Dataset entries

===

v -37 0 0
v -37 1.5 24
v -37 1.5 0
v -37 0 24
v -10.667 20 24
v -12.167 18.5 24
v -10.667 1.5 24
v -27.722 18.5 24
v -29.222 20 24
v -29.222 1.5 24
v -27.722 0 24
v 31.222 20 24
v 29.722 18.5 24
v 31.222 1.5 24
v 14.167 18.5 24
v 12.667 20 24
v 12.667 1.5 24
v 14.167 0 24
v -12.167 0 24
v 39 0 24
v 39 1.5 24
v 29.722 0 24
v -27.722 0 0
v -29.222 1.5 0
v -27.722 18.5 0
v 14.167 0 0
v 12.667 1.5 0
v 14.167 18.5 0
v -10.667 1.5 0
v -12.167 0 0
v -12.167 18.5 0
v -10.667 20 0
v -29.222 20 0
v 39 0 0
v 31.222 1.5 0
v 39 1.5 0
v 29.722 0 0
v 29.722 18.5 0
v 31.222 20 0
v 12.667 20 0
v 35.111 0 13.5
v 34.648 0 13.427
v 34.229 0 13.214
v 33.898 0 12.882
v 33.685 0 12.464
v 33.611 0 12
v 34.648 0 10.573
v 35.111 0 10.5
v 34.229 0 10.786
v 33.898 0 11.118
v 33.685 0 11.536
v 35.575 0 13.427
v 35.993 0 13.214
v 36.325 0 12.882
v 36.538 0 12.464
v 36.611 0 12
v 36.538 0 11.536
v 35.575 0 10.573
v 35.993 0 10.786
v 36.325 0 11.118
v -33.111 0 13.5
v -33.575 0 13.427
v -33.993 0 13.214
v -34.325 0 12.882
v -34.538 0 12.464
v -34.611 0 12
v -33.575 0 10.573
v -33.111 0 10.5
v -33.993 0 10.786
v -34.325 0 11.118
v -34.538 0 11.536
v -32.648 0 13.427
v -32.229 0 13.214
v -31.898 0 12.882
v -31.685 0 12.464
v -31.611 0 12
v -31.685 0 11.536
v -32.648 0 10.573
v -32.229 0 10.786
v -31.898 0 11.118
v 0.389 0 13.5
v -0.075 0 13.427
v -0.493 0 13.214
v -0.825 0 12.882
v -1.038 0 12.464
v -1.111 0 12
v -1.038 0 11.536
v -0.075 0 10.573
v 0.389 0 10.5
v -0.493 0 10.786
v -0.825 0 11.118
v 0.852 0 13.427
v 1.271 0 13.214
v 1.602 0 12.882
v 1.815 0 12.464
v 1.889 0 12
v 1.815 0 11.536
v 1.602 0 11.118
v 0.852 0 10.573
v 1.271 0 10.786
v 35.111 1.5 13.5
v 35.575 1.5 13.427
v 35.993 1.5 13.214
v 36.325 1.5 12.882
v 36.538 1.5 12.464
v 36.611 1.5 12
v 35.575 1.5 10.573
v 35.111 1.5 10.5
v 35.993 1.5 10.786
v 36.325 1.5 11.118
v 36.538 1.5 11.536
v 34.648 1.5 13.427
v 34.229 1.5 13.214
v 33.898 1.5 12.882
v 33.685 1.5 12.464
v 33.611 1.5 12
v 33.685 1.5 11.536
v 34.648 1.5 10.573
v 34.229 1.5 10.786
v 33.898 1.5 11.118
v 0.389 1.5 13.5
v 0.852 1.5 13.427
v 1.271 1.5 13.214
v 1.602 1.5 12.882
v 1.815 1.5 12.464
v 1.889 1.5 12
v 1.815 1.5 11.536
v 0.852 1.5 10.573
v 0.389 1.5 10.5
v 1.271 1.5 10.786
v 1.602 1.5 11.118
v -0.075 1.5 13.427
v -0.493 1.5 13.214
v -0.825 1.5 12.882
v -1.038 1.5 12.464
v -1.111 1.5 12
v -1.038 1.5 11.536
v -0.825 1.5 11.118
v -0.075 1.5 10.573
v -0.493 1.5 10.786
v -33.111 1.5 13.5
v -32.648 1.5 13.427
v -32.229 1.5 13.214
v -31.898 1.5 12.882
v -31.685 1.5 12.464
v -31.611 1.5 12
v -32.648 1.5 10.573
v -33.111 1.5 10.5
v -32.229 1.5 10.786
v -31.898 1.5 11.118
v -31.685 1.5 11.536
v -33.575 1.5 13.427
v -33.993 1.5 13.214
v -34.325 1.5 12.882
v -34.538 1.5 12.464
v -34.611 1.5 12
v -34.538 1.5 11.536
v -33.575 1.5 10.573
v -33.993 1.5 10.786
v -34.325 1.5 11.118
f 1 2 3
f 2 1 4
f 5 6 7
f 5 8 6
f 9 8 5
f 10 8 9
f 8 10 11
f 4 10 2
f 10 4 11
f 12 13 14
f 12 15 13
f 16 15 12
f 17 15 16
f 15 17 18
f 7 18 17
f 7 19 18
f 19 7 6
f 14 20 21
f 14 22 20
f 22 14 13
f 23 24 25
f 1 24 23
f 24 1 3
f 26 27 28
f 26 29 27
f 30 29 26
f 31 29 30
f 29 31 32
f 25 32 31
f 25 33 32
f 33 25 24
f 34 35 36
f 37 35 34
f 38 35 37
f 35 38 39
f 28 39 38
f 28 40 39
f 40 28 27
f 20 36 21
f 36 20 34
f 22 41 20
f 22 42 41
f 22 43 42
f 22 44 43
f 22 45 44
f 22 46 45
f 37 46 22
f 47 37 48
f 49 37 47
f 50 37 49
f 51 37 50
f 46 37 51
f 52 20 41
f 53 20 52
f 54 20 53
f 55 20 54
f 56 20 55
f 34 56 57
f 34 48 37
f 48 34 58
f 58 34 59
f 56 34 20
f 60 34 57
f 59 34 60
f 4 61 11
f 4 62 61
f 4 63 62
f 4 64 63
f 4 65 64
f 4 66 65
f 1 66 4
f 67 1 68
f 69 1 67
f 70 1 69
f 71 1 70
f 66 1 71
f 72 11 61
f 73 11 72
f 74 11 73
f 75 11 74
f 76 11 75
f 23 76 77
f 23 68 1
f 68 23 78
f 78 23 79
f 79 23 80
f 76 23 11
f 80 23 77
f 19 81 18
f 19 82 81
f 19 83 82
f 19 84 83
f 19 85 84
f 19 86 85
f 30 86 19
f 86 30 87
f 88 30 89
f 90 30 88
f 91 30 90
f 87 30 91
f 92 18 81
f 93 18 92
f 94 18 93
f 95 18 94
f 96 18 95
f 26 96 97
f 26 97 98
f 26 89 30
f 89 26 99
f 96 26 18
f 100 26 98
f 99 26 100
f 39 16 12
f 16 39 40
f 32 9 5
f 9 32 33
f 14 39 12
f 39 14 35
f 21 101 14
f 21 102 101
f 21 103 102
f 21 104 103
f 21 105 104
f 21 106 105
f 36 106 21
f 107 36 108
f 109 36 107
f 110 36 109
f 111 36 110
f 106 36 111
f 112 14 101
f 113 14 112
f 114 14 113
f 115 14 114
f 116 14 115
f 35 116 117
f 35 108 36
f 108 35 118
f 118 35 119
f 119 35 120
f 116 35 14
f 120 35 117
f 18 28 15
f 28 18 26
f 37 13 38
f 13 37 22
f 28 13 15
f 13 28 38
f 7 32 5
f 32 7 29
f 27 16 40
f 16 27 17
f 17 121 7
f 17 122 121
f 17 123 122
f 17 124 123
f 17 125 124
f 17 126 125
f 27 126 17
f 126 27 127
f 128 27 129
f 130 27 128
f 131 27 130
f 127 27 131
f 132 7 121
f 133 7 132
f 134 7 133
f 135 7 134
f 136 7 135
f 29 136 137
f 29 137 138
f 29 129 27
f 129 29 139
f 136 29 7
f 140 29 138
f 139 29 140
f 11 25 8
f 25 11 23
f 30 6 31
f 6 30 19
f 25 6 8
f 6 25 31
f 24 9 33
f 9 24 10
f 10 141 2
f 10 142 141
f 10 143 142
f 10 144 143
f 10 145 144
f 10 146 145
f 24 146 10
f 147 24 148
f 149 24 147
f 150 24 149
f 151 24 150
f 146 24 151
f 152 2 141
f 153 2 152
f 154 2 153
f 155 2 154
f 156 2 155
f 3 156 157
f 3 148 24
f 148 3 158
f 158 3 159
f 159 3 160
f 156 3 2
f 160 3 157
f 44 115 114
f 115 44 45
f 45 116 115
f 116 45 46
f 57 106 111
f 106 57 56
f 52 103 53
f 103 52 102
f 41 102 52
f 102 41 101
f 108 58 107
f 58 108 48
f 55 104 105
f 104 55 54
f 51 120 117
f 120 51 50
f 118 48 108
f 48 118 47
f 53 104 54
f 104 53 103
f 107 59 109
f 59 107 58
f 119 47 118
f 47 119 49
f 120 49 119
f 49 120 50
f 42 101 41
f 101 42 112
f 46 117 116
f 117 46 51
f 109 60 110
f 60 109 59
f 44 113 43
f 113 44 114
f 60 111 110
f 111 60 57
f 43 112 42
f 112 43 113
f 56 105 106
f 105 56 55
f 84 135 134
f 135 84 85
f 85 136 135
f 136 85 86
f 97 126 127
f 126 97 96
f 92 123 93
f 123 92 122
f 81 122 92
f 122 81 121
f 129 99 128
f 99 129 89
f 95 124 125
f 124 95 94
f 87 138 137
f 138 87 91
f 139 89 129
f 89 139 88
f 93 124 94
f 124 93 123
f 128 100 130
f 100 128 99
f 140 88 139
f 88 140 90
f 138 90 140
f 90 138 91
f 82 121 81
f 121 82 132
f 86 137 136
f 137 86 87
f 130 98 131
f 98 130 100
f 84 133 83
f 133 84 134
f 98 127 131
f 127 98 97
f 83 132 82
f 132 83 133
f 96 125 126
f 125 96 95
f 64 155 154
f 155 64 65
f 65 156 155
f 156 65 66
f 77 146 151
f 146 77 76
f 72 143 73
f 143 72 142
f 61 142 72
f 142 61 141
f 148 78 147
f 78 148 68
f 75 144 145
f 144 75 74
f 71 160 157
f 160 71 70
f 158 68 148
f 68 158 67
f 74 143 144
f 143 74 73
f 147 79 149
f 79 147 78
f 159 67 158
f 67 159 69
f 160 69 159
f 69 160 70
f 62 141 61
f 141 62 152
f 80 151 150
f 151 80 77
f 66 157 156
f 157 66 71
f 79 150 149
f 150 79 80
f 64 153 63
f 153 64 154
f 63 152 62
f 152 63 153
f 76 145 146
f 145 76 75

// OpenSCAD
anchoPared  = 1.5;

diffOffset = 10;

cuboX = 70;
cuboY = 20;
cuboZ = 24;

rotate([0, 0, 180])
translate([-39, -20, 0])
difference() {

cube([cuboX + 4 * anchoPared, cuboY, cuboZ]);

translate([-diffOffset/2, -diffOffset, -diffOffset/2])
#cube([cuboX/9 + diffOffset/2, cuboY - anchoPared + diffOffset, cuboZ + diffOffset]);
    
translate([cuboX / 9 + anchoPared, anchoPared, -diffOffset/2])
#cube([2 * cuboX/9, cuboY - anchoPared + diffOffset, cuboZ + diffOffset]);
    
translate([3 * cuboX / 9 + (2 * anchoPared), -diffOffset, -diffOffset/2])
#cube([3 * cuboX/9, cuboY - anchoPared + diffOffset, cuboZ + diffOffset]);    
    
translate([6 * cuboX / 9 + (3 * anchoPared), anchoPared, -diffOffset/2])
#cube([2 * cuboX/9, cuboY - anchoPared + diffOffset, cuboZ + diffOffset]);    
    
translate([8 * cuboX / 9 + (4 * anchoPared), -diffOffset, -diffOffset/2])    
#cube([cuboX/9 + diffOffset/2, cuboY - anchoPared + diffOffset, cuboZ + diffOffset]);    
   


translate([cuboX/18, cuboY + diffOffset / 2, cuboZ/2])        
rotate([90, 0, 0])
    #cylinder(h = anchoPared + diffOffset, r = 1.5, $fn=20);
    
translate([4 * cuboX/9 + 5*anchoPared, cuboY + diffOffset / 2, cuboZ/2])        
rotate([90, 0, 0])
    #cylinder(h = anchoPared + diffOffset, r = 1.5, $fn=20);    
    
translate([cuboX - cuboX/18 + 4* anchoPared, cuboY + diffOffset / 2, cuboZ/2])        
rotate([90, 0, 0])
    #cylinder(h = anchoPared + diffOffset, r = 1.5, $fn=20);    
}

===

▸ **Problem requirements**
The lines to extract from the data above begin with the line containing "v -10.667 20 0" and end with the line containing "v -32.229 0 13.214". Extract them exactly, including both.

▸ **Answer area**
v -10.667 20 0
v -29.222 20 0
v 39 0 0
v 31.222 1.5 0
v 39 1.5 0
v 29.722 0 0
v 29.722 18.5 0
v 31.222 20 0
v 12.667 20 0
v 35.111 0 13.5
v 34.648 0 13.427
v 34.229 0 13.214
v 33.898 0 12.882
v 33.685 0 12.464
v 33.611 0 12
v 34.648 0 10.573
v 35.111 0 10.5
v 34.229 0 10.786
v 33.898 0 11.118
v 33.685 0 11.536
v 35.575 0 13.427
v 35.993 0 13.214
v 36.325 0 12.882
v 36.538 0 12.464
v 36.611 0 12
v 36.538 0 11.536
v 35.575 0 10.573
v 35.993 0 10.786
v 36.325 0 11.118
v -33.111 0 13.5
v -33.575 0 13.427
v -33.993 0 13.214
v -34.325 0 12.882
v -34.538 0 12.464
v -34.611 0 12
v -33.575 0 10.573
v -33.111 0 10.5
v -33.993 0 10.786
v -34.325 0 11.118
v -34.538 0 11.536
v -32.648 0 13.427
v -32.229 0 13.214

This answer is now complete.